(Mid)west coast drive?

[Arpan]

Hi all!

This year, our team opted with a 6 cim 6 wheel west coast drive as our drive system. Because our shop monkeys didn't want to work with chains, we are using belts, and because our shop monkeys wanted easy access to our belts, they are outside the sidewall tubes, making our cantilevered shaft rather long. The FEA indicates this will be fine.

One of our mentors thinks that our drive system's pushing power could be improved by eliminating the belts to the front and back wheels and using the space where the pulleys used to be on the center axles for ... more wheels.
Thus the center axles would have triple wide performance wheels, and the front and rear axles would have a single performance wheel each. Only the center axles would be driven.

His explanation of why this would still give us excellent traction (6 wheels in contact with the ground) while improving turning (we have enough weight this year to get our CG more or less directly above center with a specifically lightweighted steel underbody plate) made a lot of sense to me.

I haven't seen anyone else try this, though, so I'm curious as to what the community might think. Are we just being silly?

[Alan Anderson]

Unpowered wheels rob you of potential traction. You want every weight-bearing wheel to contribute to motive power.

[Joel Glidden]

Your maximum pushing force is equal to,

Mu * M * g

Where Mu is the friction coefficient of your wheel material on FRC carpet, M is the mass of your robot carried on driven wheels, and g is gravity. This assumes your 3 CIM gear boxes produce enough torque to slip the wheels. If that is not true, then your max pushing force will be lower.
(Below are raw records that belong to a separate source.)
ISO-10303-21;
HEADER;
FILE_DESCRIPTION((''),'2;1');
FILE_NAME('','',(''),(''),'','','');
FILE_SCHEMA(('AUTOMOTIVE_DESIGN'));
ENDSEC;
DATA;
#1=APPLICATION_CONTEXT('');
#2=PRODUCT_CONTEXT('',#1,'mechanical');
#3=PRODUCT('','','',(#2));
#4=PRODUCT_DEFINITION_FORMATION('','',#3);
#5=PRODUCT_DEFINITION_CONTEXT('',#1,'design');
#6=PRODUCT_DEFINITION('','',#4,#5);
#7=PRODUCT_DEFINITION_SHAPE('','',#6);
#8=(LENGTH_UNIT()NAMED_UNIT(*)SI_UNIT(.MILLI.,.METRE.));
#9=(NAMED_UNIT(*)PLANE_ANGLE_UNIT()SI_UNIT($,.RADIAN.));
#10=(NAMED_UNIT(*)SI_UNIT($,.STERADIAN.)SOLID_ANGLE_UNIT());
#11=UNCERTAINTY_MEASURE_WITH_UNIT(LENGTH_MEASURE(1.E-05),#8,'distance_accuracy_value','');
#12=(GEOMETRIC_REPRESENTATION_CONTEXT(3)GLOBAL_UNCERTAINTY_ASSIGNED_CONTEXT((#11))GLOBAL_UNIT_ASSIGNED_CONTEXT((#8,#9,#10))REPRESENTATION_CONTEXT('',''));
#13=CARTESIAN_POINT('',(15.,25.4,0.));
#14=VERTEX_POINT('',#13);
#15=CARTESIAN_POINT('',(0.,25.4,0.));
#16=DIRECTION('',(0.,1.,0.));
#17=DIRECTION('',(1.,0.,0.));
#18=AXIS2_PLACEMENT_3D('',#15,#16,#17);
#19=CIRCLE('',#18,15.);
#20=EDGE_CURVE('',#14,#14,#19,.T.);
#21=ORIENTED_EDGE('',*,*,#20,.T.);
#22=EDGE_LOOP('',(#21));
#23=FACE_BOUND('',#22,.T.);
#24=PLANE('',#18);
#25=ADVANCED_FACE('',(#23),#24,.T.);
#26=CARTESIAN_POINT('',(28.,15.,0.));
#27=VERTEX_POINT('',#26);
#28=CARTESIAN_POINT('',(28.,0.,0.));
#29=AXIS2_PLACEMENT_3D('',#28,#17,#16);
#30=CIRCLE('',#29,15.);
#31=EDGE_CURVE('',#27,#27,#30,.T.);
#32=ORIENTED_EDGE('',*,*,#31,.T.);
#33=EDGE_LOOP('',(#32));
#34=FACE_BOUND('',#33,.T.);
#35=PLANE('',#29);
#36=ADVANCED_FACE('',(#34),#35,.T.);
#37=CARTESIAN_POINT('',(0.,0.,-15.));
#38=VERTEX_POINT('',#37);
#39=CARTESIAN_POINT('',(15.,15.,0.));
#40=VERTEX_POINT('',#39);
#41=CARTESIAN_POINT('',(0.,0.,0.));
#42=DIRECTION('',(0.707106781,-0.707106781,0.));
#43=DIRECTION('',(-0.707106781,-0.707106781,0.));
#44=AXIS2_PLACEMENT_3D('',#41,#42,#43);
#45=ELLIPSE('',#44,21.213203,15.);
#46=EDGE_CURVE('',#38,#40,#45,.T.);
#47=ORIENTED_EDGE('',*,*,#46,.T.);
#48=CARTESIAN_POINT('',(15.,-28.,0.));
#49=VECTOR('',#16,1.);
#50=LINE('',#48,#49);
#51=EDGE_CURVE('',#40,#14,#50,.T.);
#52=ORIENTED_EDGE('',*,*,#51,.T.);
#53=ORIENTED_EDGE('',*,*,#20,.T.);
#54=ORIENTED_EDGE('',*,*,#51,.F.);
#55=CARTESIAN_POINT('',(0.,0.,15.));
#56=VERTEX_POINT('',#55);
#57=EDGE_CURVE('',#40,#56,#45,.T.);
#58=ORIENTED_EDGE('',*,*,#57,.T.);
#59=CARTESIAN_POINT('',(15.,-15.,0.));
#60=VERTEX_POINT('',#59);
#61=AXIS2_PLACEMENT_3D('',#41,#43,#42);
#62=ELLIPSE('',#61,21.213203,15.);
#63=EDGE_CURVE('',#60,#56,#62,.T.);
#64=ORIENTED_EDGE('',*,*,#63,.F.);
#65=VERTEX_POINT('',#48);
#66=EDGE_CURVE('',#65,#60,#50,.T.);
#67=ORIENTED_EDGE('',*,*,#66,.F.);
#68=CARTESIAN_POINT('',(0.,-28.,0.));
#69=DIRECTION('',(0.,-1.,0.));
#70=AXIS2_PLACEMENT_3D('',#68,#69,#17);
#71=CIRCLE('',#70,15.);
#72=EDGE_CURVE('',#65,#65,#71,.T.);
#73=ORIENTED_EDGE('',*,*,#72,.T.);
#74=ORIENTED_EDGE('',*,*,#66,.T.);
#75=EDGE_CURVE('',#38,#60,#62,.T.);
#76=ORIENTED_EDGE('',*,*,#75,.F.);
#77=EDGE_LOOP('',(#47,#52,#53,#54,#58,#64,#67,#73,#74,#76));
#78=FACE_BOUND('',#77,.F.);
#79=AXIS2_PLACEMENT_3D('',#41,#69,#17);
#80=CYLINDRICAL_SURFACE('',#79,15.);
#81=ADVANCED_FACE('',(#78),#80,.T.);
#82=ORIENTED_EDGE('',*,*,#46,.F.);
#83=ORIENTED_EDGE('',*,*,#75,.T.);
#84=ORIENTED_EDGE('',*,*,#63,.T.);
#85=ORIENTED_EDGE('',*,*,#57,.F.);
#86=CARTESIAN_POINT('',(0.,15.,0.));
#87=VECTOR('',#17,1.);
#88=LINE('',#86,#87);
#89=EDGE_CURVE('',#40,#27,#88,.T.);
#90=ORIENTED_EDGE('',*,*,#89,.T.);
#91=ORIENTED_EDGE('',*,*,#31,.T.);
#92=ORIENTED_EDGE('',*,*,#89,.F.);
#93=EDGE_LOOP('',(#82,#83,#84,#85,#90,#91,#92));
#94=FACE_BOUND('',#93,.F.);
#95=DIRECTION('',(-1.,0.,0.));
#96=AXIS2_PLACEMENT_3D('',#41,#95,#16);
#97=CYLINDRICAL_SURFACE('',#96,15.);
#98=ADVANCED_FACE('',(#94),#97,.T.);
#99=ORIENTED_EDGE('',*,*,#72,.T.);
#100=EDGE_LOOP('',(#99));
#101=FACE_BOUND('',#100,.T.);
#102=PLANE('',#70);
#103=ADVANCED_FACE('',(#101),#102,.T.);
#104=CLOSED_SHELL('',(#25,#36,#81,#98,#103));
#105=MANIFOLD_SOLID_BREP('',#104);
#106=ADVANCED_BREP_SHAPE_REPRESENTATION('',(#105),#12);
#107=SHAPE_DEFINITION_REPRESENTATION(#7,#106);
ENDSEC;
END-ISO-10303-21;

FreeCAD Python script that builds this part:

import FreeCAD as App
import Part
import Sketcher
Q = App.Units.Quantity

doc = App.newDocument("Part")
body = doc.addObject("PartDesign::Body", "Body")

# Sketch on XZ plane
sketch1 = body.newObject("Sketcher::SketchObject", "Sketch")
sketch1.AttachmentSupport = (doc.getObject("XZ_Plane"), [""])
sketch1.MapMode = "FlatFace"
sketch1.addGeometry(Part.Circle(App.Vector(0, 0, 0), App.Vector(0, 0, 1), 15), False)
sketch1.addConstraint([
    Sketcher.Constraint("Coincident", 0, 3, -1, 1),
    Sketcher.Constraint("Diameter", 0, Q("30 mm")),
])
pad1 = body.newObject("PartDesign::Pad", "Pad")
pad1.Profile = sketch1
pad1.Length = 28

# Sketch on XZ plane
sketch2 = body.newObject("Sketcher::SketchObject", "Sketch001")
sketch2.AttachmentSupport = (doc.getObject("XZ_Plane"), [""])
sketch2.MapMode = "FlatFace"
sketch2.addGeometry(Part.Circle(App.Vector(0, 0, 0), App.Vector(0, 0, 1), 15), False)
sketch2.addConstraint([
    Sketcher.Constraint("Coincident", 0, 3, -1, 1),
    Sketcher.Constraint("Diameter", 0, Q("30 mm")),
])
pad2 = body.newObject("PartDesign::Pad", "Pad001")
pad2.Profile = sketch2
pad2.Length = 25.4
pad2.Reversed = True

# Sketch on YZ plane
sketch3 = body.newObject("Sketcher::SketchObject", "Sketch002")
sketch3.AttachmentSupport = (doc.getObject("YZ_Plane"), [""])
sketch3.MapMode = "FlatFace"
sketch3.addGeometry(Part.Circle(App.Vector(0, 0, 0), App.Vector(0, 0, 1), 15), False)
sketch3.addConstraint([
    Sketcher.Constraint("Coincident", 0, 3, -1, 1),
    Sketcher.Constraint("Diameter", 0, Q("30 mm")),
])
pad3 = body.newObject("PartDesign::Pad", "Pad002")
pad3.Profile = sketch3
pad3.Length = 28

doc.recompute()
In either case, the number of wheels touching the carpet is irrelevant unless that number is less than 2 in which case you may have other problems.

Your mentor's suggestion has the potential to reduce your maximum pushing force, but it might be the lesser of two evils if your cantilevered shafts aren't up to the task.

[Dan.Tyler]

As long as you are on ONLY the center wheels... You should have similar traction to the situation in which all of your wheels are driven.

The moment one of the blob driven sets of wheels touches the ground and stays carrying weight, you have less traction than if all were powered. The reason being that your weight is now being split between the two sets of wheels. So your coefficient times weight goes down, because that only refers to the weight on driven wheels.

[PAR_WIG1350]

There are 2 interactions occurring at the wheels that determine traction: 'simple' friction, and the more complex interaction of the engagement of the carpet and the tread. The former is dependent on the normal force applied on the driven wheels and the coefficient of friction. The latter is dependent on, among other things, contact area of the driven wheels.

The driven contact area will roughly be the same for both configurations (six wheels worth of contact), so the maximum traction from that interaction with only the centers driven is AT MOST as high as that as when all wheels are driven. Traction from friction will (almost) always be less when only the centers are driven. So, as far as traction is concerned, all wheels driven is preferable.

I don't know how it would help with turning, but you could test it if you have time to see if there is any improvement.

Now, traction and turning aren't the only factors involved. Weight, reliability, and maintenance should also be considered. When all factors are accounted for, it might benefit you, or it might not.

Another option is to only drive the middle and back, and shift your weight rearward. Assuming the center wheels are lowered, the front wheels would usually be off the ground so your traction would normally be the same as it is with all wheels driven. there would be brief periods where the traction is reduced, but it during forward acceleration and pushing (when it is particularly important) it would be maxed out.

[Pault]

Think about it this way: if you don't power the outside wheels, they will spin freely. So when someone pushes you from the front, they won't resist, they will just spin. However when somebody pushes you from the side, they will resist in the same way that a power wheel would. However, this also means that you will have more trouble turning, because when you turn the force is perpendicular to your wheels, resulting in the same effect of having it not matter if the wheels aren't driven. On the other hand, if your robot is light and you don't weigh it down, that will hurt your pushing power in all directions significantly and increase your turning ability.

It's up to you to decide how this info will affect your decision.